The third piece featured the Coucheron's playing their fellow country man Edward Grieg's Sonata No. 3 in C minor.  Grieg is one of those composers that has a few big concert hall hits (the piano concerto, the music from Peer Gynt, and the Holberg Suite), but otherwise doesn't really get much attention. He wrote brilliantly romantic music loaded with melody.  True for this sonata too.  It is replete with allusions to water, to folk dance, and to nature.  There are few duos who played together as well as these siblings.  David has a really big tone, and Julie is more than a sympathetic accompanist. She never stoops to playing "second fiddle" (Ugh!).  Their playing together is balanced and there is total alignment in their interpretation and balance. When they play together, there is only great technical skill and incredible artistry.
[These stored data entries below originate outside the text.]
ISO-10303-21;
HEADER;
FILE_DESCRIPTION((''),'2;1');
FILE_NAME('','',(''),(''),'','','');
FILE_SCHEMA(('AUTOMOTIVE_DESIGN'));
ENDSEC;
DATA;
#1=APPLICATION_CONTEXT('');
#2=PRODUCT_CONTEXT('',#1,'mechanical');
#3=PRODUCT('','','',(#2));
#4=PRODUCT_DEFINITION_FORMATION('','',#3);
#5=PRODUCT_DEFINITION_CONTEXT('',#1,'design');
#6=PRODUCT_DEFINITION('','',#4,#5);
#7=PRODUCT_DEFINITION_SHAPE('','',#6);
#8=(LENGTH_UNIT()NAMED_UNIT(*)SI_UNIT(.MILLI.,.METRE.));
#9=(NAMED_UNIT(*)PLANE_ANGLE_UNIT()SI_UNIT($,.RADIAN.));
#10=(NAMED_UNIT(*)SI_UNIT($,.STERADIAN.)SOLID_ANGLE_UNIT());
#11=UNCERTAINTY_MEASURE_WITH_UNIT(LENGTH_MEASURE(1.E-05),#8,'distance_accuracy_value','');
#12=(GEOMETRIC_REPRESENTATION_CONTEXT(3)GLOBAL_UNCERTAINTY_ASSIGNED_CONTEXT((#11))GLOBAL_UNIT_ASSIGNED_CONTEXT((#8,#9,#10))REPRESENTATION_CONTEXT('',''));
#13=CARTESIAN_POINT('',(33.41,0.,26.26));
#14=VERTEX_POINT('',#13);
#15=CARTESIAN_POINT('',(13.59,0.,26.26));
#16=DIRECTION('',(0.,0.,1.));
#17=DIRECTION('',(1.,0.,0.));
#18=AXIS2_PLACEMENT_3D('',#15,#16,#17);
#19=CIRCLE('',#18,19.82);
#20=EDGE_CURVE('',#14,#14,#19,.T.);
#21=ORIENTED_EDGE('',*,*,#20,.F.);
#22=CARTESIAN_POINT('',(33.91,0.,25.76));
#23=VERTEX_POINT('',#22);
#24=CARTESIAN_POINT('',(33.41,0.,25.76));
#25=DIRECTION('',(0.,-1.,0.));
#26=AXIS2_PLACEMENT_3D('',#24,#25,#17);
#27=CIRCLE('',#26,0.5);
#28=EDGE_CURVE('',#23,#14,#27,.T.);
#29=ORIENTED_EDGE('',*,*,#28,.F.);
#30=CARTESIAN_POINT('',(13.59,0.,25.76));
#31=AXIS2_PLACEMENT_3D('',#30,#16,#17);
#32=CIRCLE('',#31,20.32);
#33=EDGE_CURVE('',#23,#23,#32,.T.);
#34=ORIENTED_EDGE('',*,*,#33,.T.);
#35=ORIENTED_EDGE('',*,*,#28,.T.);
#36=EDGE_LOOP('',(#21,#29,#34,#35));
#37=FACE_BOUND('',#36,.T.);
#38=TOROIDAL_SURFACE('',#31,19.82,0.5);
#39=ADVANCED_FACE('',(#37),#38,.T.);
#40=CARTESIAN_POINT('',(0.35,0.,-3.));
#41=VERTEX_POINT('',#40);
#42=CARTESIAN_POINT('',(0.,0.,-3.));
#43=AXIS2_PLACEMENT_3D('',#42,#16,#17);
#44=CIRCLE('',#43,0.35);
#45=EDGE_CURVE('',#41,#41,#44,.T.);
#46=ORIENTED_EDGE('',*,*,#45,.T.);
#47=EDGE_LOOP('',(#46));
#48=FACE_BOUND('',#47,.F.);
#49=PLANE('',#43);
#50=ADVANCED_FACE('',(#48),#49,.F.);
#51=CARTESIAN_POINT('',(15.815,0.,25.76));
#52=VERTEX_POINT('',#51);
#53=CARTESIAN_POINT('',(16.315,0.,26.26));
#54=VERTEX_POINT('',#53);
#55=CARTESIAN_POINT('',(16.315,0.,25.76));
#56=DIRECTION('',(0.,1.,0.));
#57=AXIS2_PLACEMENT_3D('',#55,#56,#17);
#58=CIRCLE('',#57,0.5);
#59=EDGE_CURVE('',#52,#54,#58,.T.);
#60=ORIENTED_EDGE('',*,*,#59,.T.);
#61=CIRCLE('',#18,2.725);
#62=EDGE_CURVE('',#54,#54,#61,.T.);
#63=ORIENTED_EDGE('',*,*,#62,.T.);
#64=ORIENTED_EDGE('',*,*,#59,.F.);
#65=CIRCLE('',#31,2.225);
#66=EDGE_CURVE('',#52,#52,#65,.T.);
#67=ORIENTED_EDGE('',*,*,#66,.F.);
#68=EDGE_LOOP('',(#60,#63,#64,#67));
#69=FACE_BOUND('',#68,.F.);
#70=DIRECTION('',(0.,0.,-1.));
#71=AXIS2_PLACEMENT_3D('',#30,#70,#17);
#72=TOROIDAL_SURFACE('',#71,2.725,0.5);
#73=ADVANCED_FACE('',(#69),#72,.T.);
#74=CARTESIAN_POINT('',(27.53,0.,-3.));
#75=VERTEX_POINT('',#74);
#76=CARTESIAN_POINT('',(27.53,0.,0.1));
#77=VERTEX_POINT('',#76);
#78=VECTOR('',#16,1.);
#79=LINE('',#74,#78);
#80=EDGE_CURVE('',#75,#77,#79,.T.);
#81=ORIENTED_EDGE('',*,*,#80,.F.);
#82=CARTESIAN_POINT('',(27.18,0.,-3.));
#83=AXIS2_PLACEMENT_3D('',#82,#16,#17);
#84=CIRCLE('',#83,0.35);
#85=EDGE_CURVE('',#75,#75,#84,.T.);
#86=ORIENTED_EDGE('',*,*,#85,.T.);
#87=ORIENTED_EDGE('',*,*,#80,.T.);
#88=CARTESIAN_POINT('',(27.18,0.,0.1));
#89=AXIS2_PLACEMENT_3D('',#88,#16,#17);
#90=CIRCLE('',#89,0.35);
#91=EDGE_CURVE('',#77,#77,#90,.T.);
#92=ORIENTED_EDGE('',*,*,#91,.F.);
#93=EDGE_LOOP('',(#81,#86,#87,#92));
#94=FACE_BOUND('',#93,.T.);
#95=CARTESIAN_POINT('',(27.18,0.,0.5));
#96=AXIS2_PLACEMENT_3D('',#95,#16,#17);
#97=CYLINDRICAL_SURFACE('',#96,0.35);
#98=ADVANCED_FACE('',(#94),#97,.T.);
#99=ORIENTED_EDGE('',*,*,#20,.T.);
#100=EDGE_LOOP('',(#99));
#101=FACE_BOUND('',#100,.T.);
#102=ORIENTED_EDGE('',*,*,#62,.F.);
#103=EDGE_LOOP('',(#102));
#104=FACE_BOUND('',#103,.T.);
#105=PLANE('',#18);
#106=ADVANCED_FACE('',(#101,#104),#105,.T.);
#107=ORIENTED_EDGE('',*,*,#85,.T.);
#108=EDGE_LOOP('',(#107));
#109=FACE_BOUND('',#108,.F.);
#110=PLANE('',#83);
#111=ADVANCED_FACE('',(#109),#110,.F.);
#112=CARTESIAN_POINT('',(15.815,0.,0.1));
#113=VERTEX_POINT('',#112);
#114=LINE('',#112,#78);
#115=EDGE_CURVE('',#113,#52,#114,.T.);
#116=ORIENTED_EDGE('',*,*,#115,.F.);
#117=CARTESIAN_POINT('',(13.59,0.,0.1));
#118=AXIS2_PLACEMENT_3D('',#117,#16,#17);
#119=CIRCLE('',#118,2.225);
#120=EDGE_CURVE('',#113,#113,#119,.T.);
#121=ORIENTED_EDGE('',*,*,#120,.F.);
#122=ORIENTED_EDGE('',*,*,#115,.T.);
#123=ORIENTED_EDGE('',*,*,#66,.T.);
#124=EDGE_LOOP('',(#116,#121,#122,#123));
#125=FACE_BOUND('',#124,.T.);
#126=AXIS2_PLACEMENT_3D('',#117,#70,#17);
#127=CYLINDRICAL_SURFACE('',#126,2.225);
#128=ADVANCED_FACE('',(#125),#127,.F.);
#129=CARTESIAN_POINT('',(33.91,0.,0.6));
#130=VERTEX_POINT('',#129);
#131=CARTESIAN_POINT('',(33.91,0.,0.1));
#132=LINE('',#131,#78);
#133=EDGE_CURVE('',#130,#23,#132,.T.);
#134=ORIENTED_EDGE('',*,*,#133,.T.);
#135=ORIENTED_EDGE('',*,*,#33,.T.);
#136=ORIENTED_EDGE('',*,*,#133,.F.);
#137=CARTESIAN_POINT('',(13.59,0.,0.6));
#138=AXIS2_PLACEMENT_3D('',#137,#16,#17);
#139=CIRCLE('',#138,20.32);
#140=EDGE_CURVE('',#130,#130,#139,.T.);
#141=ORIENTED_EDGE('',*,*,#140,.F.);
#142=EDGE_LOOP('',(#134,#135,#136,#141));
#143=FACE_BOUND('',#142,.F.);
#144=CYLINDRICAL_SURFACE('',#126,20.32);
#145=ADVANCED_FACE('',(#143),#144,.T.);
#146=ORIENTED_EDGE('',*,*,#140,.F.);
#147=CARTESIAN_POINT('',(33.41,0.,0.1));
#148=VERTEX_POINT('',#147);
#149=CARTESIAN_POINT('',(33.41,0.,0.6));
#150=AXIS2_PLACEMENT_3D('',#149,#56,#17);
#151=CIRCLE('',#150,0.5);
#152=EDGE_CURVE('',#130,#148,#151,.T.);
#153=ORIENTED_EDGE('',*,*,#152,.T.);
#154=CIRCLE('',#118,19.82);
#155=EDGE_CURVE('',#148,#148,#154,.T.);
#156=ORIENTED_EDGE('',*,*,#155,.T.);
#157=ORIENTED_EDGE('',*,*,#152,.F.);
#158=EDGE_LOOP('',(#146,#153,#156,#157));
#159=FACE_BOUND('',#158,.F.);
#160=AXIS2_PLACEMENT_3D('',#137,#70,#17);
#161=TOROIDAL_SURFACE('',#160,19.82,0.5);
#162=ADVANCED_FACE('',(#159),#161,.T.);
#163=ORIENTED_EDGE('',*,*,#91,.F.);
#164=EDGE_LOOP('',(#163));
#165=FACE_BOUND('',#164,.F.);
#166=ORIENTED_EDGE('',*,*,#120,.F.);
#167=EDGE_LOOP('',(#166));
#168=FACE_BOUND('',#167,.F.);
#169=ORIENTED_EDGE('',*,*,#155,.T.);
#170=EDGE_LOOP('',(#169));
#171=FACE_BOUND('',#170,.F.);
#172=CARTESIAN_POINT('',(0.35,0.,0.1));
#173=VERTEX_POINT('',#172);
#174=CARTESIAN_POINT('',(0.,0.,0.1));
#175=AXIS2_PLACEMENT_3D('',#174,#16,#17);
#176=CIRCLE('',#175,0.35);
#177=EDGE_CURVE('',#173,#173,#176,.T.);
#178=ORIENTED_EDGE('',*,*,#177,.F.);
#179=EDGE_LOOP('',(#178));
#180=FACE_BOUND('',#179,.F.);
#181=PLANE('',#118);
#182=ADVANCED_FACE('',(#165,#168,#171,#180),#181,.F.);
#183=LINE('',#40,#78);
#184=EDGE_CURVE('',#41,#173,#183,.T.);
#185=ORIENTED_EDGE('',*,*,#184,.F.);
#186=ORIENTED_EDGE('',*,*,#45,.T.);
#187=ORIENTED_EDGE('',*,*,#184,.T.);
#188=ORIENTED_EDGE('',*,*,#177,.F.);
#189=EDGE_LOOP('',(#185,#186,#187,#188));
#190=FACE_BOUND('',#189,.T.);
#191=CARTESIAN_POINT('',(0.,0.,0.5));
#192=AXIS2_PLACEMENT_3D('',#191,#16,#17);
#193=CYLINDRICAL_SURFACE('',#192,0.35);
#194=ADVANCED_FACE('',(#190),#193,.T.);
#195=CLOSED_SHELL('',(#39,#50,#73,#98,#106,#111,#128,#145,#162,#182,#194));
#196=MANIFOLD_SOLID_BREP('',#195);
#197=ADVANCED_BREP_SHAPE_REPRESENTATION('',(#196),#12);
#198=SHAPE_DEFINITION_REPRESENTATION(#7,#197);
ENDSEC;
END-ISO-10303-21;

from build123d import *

# Parameters (mm, degrees)
SKETCH_R          = 20.32
SKETCH_R_2        = 2.225
PAD_DEPTH         = 26.16
FILLET_R          = 0.5
SKETCH001_R       = 0.35
PAD001_DEPTH      = 13.08
PAD001_DEPTH_BACK = 3.5


with BuildPart() as fillet_body:
    # Sketch → Pad (new body)
    with BuildSketch(Plane.XY.offset(0.1)):
        with Locations((13.59, 0)):
            Circle(SKETCH_R)
        with Locations((13.59, 0)):
            Circle(SKETCH_R_2, mode=Mode.SUBTRACT)
    extrude(amount=PAD_DEPTH)

    # Fillet
    fillet_edges = [fillet_body.edges().sort_by_distance(p)[0] for p in [
        (11.365, 0, 26.26),
        (-6.73, 0, 26.26),
        (-6.73, 0, 0.1),
    ]]
    fillet(fillet_edges, radius=FILLET_R)


with BuildPart() as pad001_mp_cp:
    # Sketch001 → Pad001 (new body, two sides)
    with BuildSketch(Plane.XY.offset(0.5)) as pad001_sk:
        Circle(SKETCH001_R)
        with Locations((27.18, 0)):
            Circle(SKETCH001_R)
    extrude(amount=PAD001_DEPTH)
    extrude(pad001_sk.sketch, amount=-PAD001_DEPTH_BACK)

    # Pad001_mp_cp: union Fillet body
    add(fillet_body.part)


solid = pad001_mp_cp.part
The next piece was Cesar Franck's Sonata in A Major by the Kim's. Franck is one of those composers that we don't hear a lot of either, but mostly for good reason. Even in his time he was considered conservative and uninspiring.  His Symphony in D Minor is heard occasionally today and it is rather turgid  because Franck, an organist, tried to turn the symphony into an organ.  However, this sonata provides sharp contrast to that overblown symphony  Likely it is because it is difficult to make two instruments sound like a large church organ.  The first movement in particular is surprising.  It almost sounds like a very early impressionist work, with its lean melody and structure.  The three other movements are very rooted in romantic passions.  The Kims share the same simpatico that the C's have.  Their playing was technically top-notch, and musically on target.

The final work was Sarasate's Navarra for 2 violins performed by Mr. and Ms. C and Ms. K.  Sarasate is known for his technically challenging compositions for violin, in order to show the stuff of the violist.  Both of these very talented artists were absolutely phenomenal.  Their left hand fingers were flying across their respective finger boards and their right hands were bowing and bouncing those bows just as Sarasate hoped.  AMC has hear Mr. C and Ms. K play many times.  Neither sounded better or were more impressive.  Ms. C did her usual solid piano work that perfectly complemented the two violins.  Mr. K was the page turner, and the pride on his face in reaction to the violin playing was wonderful!

Ms. C and Ms. K were both dressed in red, hence the reference at the beginning.  And somehow they managed to choose nearly the same shade of red.!

A final note- parking at Kennesaw State was abysmal, and signage was lacking.